◆ What you will do: Below are some records. Print exactly the lines between the one holding "f 139 145 148" and the one holding "f 143 64 69", inclusive, and nothing else.

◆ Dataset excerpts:
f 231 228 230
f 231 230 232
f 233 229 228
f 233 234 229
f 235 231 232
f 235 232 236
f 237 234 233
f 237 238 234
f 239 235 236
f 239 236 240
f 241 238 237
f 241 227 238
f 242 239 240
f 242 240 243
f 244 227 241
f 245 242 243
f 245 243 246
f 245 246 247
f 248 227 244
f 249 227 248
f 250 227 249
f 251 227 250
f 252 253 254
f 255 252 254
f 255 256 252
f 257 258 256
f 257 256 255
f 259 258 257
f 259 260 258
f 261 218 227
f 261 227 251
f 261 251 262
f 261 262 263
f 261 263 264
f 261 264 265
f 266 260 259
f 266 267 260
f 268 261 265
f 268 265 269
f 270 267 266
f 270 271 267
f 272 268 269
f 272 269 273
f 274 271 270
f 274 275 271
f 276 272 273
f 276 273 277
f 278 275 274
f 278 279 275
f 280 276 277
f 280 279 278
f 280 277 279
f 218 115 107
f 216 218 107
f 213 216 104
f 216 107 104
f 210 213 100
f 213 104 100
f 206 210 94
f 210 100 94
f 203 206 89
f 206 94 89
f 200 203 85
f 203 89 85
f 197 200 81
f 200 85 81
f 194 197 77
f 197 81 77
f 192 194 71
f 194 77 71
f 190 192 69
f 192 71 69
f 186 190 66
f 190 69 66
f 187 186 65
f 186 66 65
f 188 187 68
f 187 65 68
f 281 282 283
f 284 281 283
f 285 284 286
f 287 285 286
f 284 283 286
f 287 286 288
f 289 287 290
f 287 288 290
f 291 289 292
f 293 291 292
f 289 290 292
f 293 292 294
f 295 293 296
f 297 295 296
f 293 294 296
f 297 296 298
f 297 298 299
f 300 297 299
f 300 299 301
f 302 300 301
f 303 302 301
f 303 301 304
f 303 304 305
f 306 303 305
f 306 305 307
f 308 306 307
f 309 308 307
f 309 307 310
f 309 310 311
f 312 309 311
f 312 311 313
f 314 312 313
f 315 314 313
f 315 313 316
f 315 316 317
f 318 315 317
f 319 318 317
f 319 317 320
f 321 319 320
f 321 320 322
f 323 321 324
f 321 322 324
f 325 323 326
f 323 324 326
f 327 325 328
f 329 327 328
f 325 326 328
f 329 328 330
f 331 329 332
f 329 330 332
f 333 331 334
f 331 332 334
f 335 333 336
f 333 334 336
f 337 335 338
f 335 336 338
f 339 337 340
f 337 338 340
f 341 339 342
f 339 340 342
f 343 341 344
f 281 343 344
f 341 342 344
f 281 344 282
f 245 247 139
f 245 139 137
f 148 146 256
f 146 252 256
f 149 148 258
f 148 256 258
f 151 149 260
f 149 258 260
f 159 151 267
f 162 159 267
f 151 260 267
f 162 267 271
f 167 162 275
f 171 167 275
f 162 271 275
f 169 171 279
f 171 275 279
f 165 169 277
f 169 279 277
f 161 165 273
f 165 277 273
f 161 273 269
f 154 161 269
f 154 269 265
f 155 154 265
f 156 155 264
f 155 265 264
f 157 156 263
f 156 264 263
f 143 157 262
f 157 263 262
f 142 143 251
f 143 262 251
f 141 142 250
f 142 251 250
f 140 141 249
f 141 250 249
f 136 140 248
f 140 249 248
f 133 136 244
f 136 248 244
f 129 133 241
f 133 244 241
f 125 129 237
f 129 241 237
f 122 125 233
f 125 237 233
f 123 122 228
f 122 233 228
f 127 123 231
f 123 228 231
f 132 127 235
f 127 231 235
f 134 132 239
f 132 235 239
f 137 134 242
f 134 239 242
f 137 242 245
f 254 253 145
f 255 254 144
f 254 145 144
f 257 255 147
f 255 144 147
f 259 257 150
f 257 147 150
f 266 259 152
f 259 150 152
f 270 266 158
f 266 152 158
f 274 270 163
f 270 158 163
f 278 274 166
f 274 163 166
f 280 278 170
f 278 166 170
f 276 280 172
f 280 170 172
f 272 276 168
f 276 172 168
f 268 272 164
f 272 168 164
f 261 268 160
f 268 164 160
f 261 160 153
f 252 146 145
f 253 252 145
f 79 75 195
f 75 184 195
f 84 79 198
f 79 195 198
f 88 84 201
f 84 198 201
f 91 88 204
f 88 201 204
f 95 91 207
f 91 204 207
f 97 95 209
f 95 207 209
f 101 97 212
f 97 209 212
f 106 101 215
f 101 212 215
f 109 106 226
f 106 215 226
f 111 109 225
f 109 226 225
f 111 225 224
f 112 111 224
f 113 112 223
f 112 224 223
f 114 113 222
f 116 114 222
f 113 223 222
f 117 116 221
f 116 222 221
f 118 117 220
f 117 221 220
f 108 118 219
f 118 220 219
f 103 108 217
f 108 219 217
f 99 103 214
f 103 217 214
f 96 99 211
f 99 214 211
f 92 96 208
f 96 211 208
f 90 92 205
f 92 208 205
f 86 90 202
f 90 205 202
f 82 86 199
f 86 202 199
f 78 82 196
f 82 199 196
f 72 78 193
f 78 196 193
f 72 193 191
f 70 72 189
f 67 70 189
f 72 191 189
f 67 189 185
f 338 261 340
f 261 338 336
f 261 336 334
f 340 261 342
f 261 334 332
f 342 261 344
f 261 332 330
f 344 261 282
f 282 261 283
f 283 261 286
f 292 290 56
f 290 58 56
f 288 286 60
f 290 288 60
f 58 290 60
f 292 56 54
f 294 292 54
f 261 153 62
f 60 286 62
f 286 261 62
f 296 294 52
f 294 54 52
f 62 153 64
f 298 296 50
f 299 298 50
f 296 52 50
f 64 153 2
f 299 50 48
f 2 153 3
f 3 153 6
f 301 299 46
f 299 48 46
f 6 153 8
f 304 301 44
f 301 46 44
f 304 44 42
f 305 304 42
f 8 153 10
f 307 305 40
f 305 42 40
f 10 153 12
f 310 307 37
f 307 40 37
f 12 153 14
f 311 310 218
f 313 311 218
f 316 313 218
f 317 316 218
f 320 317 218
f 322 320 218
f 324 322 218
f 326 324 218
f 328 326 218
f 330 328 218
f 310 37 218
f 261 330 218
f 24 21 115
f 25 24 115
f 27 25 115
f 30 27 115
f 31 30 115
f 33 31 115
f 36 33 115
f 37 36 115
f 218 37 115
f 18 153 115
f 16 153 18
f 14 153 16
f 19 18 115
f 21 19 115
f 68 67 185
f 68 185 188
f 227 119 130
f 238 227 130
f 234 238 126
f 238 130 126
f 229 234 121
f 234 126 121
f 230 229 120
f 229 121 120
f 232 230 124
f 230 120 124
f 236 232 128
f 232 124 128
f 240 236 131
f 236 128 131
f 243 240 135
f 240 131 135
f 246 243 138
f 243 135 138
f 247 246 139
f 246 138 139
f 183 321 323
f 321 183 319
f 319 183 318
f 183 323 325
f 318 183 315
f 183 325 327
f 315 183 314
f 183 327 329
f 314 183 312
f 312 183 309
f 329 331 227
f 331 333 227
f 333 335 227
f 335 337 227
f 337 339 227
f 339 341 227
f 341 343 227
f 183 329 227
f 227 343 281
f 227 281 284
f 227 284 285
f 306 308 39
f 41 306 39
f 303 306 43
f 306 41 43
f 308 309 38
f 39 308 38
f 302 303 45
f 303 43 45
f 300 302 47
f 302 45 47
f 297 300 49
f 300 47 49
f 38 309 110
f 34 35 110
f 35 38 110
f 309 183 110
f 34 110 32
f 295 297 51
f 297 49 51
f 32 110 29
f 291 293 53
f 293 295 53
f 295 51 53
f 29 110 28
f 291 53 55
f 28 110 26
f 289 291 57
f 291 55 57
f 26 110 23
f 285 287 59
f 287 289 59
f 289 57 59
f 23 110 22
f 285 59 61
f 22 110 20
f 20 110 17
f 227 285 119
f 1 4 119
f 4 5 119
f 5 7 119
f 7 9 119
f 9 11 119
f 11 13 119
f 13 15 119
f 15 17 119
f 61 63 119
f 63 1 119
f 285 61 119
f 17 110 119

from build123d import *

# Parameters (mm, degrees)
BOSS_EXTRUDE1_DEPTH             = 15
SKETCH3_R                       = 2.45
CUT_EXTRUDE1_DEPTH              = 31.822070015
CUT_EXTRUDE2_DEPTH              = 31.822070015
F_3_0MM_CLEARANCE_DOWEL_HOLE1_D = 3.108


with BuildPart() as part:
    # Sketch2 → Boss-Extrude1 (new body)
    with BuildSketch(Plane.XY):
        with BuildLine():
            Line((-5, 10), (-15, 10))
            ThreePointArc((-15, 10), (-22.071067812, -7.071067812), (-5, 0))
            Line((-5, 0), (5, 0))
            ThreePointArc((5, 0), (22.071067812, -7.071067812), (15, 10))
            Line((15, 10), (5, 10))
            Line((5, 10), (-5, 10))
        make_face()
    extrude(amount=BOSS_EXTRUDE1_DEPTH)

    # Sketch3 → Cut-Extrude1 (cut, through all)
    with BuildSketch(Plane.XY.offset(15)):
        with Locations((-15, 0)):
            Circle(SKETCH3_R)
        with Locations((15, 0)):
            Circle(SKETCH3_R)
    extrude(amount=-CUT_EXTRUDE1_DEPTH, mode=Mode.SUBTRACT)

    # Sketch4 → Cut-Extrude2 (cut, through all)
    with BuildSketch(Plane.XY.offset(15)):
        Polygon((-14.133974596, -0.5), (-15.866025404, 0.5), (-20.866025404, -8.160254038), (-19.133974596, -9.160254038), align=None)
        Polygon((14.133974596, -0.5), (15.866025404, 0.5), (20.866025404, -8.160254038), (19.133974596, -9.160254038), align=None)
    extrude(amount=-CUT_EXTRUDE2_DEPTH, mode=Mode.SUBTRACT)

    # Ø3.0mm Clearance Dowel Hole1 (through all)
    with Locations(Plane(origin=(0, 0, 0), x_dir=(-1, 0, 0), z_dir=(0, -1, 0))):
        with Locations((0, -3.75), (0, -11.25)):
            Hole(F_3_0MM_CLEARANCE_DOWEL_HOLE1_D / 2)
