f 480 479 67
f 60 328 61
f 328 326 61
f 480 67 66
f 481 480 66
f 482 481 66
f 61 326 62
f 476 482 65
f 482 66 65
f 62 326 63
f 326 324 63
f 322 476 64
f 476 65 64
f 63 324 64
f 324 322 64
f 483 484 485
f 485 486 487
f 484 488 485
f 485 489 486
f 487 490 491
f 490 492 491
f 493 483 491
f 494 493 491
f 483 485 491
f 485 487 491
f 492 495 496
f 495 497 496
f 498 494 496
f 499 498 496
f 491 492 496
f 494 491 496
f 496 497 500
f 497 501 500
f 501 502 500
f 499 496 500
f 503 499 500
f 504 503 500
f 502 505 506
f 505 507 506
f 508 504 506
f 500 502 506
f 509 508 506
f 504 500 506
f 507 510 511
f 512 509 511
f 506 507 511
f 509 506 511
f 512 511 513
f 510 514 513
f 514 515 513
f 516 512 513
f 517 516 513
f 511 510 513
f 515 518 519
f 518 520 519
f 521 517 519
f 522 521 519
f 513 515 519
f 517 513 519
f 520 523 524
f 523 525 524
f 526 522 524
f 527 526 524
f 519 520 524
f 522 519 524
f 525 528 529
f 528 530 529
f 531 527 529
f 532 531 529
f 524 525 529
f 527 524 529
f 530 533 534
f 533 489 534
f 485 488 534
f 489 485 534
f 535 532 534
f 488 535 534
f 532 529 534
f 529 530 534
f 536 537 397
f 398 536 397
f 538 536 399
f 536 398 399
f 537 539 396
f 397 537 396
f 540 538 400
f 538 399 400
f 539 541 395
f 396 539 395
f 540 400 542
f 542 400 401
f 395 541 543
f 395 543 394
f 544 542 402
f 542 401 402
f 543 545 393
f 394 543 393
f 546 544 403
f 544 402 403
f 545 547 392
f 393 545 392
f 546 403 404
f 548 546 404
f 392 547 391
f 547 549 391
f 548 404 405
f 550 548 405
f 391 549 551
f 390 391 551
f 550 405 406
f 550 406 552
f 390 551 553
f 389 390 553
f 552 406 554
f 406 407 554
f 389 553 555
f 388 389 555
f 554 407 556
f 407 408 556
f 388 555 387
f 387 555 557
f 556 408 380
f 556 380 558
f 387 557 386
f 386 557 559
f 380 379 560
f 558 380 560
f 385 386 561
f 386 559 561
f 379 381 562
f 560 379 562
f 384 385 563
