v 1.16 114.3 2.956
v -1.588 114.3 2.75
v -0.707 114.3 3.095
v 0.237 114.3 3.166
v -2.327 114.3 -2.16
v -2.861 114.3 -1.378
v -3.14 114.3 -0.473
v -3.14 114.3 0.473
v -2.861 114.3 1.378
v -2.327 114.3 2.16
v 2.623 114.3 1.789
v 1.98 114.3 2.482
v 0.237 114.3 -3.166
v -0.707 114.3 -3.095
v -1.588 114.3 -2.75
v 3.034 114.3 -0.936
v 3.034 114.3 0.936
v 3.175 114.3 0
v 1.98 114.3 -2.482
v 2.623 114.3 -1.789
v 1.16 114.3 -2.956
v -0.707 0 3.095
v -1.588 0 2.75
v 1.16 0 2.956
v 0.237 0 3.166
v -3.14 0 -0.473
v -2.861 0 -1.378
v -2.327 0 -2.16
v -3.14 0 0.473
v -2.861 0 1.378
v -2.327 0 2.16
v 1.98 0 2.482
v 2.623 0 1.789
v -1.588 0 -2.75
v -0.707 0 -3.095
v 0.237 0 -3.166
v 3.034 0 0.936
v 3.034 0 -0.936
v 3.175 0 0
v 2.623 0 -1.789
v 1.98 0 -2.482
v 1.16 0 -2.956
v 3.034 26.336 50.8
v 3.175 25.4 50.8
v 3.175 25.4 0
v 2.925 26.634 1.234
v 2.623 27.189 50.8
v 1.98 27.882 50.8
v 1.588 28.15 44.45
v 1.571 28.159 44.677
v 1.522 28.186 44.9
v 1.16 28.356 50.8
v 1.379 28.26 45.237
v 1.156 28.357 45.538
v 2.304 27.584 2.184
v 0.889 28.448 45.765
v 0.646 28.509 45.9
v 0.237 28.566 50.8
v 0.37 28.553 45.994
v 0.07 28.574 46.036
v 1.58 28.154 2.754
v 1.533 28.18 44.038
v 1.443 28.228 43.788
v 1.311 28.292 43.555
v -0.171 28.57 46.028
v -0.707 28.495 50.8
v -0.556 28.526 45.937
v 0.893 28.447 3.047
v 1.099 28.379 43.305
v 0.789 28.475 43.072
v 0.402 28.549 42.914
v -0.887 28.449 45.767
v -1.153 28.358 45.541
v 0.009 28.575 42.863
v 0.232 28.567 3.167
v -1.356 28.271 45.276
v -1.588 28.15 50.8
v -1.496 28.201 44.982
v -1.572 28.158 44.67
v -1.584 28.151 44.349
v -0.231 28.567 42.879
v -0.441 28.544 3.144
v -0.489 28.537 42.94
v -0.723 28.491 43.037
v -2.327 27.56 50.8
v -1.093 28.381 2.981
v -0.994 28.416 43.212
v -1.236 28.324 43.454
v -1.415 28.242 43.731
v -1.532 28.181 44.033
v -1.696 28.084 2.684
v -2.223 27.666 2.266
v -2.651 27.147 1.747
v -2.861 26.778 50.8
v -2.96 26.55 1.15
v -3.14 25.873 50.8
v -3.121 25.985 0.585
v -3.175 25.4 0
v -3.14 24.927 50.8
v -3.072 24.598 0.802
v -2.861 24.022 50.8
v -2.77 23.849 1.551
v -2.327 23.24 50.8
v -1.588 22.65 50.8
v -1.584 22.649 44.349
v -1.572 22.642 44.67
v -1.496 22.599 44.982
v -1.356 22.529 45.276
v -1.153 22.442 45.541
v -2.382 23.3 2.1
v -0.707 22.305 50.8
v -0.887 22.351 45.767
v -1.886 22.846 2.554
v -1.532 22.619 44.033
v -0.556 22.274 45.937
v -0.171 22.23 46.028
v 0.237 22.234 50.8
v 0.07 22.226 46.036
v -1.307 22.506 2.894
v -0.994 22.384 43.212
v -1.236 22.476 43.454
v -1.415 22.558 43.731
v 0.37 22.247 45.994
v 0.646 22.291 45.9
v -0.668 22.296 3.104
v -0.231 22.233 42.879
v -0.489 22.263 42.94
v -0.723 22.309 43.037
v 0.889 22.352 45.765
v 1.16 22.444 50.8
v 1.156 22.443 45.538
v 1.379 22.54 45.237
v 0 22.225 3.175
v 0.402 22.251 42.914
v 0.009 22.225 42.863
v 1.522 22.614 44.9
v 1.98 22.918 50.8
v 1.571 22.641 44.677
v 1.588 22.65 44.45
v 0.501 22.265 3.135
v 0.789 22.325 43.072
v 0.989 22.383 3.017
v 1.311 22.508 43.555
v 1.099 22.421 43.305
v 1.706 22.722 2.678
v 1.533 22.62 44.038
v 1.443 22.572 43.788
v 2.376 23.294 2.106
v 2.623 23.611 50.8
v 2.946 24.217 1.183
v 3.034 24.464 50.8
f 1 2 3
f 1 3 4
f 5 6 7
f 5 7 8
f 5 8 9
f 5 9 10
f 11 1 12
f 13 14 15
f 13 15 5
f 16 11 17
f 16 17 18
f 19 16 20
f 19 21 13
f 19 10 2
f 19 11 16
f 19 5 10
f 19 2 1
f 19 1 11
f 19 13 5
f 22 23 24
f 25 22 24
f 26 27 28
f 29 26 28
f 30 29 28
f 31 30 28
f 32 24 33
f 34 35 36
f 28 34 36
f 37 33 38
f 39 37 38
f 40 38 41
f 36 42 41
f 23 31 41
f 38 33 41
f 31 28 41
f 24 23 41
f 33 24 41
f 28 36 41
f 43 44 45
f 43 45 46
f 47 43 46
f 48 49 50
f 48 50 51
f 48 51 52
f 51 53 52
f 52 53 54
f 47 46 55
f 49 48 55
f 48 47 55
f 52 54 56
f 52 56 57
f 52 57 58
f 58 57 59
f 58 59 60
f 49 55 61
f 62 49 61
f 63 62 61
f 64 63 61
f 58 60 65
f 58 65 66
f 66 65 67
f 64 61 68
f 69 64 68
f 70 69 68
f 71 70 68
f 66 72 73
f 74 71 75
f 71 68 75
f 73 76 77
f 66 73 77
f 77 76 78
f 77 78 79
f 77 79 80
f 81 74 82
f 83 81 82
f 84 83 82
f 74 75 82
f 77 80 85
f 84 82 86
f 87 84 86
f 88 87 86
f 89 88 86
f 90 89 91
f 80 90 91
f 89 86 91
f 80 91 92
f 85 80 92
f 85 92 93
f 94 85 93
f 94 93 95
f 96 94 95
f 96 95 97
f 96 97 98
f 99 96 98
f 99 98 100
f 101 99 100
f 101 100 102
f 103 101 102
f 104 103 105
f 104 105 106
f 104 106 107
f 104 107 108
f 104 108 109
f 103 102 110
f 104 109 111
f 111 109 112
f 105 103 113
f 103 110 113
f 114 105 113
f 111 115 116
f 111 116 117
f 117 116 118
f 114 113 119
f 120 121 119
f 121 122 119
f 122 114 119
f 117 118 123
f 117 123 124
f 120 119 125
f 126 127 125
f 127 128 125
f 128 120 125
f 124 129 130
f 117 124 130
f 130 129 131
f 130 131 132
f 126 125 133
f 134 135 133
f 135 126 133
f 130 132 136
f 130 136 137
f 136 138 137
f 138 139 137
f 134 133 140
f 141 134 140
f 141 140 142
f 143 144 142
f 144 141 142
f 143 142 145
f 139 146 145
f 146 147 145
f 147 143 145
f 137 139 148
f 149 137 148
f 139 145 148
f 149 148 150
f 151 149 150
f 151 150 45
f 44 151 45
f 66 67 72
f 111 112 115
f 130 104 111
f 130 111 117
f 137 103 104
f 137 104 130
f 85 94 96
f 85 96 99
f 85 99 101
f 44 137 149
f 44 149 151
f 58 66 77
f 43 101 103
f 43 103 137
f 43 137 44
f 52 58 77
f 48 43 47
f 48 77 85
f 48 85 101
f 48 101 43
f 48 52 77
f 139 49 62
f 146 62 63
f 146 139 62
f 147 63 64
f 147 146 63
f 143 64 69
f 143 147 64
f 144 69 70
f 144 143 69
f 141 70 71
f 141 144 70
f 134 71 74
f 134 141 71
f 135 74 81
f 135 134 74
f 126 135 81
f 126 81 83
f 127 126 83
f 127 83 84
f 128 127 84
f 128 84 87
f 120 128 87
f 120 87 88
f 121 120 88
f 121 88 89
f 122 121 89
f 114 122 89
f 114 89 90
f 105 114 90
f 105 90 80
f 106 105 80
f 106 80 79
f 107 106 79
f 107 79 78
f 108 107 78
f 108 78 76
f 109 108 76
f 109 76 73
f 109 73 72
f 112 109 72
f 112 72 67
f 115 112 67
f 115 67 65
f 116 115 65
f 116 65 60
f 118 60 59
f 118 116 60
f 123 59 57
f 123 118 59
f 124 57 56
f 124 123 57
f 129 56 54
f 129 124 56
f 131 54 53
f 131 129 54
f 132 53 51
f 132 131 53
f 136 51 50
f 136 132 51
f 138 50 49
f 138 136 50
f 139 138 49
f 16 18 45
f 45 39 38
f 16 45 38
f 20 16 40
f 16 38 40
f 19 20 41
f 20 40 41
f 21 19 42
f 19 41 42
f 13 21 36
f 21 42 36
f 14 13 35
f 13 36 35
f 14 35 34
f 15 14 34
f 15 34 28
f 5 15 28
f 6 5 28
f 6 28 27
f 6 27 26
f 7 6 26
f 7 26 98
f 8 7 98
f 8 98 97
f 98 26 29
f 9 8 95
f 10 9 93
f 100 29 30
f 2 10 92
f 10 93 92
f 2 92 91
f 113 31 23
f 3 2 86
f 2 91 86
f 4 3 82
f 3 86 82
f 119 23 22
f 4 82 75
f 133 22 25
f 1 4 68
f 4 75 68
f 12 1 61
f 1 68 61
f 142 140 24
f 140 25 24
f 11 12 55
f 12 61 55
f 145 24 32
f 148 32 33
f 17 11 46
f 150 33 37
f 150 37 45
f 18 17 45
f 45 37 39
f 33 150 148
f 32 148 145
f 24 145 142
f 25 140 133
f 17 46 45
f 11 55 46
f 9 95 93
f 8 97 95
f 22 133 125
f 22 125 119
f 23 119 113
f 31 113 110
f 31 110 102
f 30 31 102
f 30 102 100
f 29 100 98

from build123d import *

# Parameters (mm, degrees)
SKETCH1_R           = 3.175
BOSS_EXTRUDE1_DEPTH = 114.3
SKETCH2_R           = 3.175
BOSS_EXTRUDE2_DEPTH = 50.8
SKETCH3_R           = 1.5875
CUT_EXTRUDE1_DEPTH  = 115.3


with BuildPart() as part:
    # Sketch1 → Boss-Extrude1 (new body)
    with BuildSketch(Plane(origin=(0, 0, 0), x_dir=(1, 0, 0), z_dir=(0, 1, 0))):
        Circle(SKETCH1_R)
    extrude(amount=BOSS_EXTRUDE1_DEPTH)

    # Sketch2 → Boss-Extrude2 (add)
    with BuildSketch(Plane.XY):
        with Locations((0, 25.4)):
            Circle(SKETCH2_R)
    extrude(amount=BOSS_EXTRUDE2_DEPTH)

    # Sketch3 → Cut-Extrude1 (cut, through all)
    with BuildSketch(Plane(origin=(0, 0, 0), x_dir=(1, 0, 0), z_dir=(0, 1, 0))):
        with Locations((0, -44.45)):
            Circle(SKETCH3_R)
    extrude(amount=CUT_EXTRUDE1_DEPTH, mode=Mode.SUBTRACT)


solid = part.part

◆ Result below:
f 139 145 148
f 149 148 150
f 151 149 150
f 151 150 45
f 44 151 45
f 66 67 72
f 111 112 115
f 130 104 111
f 130 111 117
f 137 103 104
f 137 104 130
f 85 94 96
f 85 96 99
f 85 99 101
f 44 137 149
f 44 149 151
f 58 66 77
f 43 101 103
f 43 103 137
f 43 137 44
f 52 58 77
f 48 43 47
f 48 77 85
f 48 85 101
f 48 101 43
f 48 52 77
f 139 49 62
f 146 62 63
f 146 139 62
f 147 63 64
f 147 146 63
f 143 64 69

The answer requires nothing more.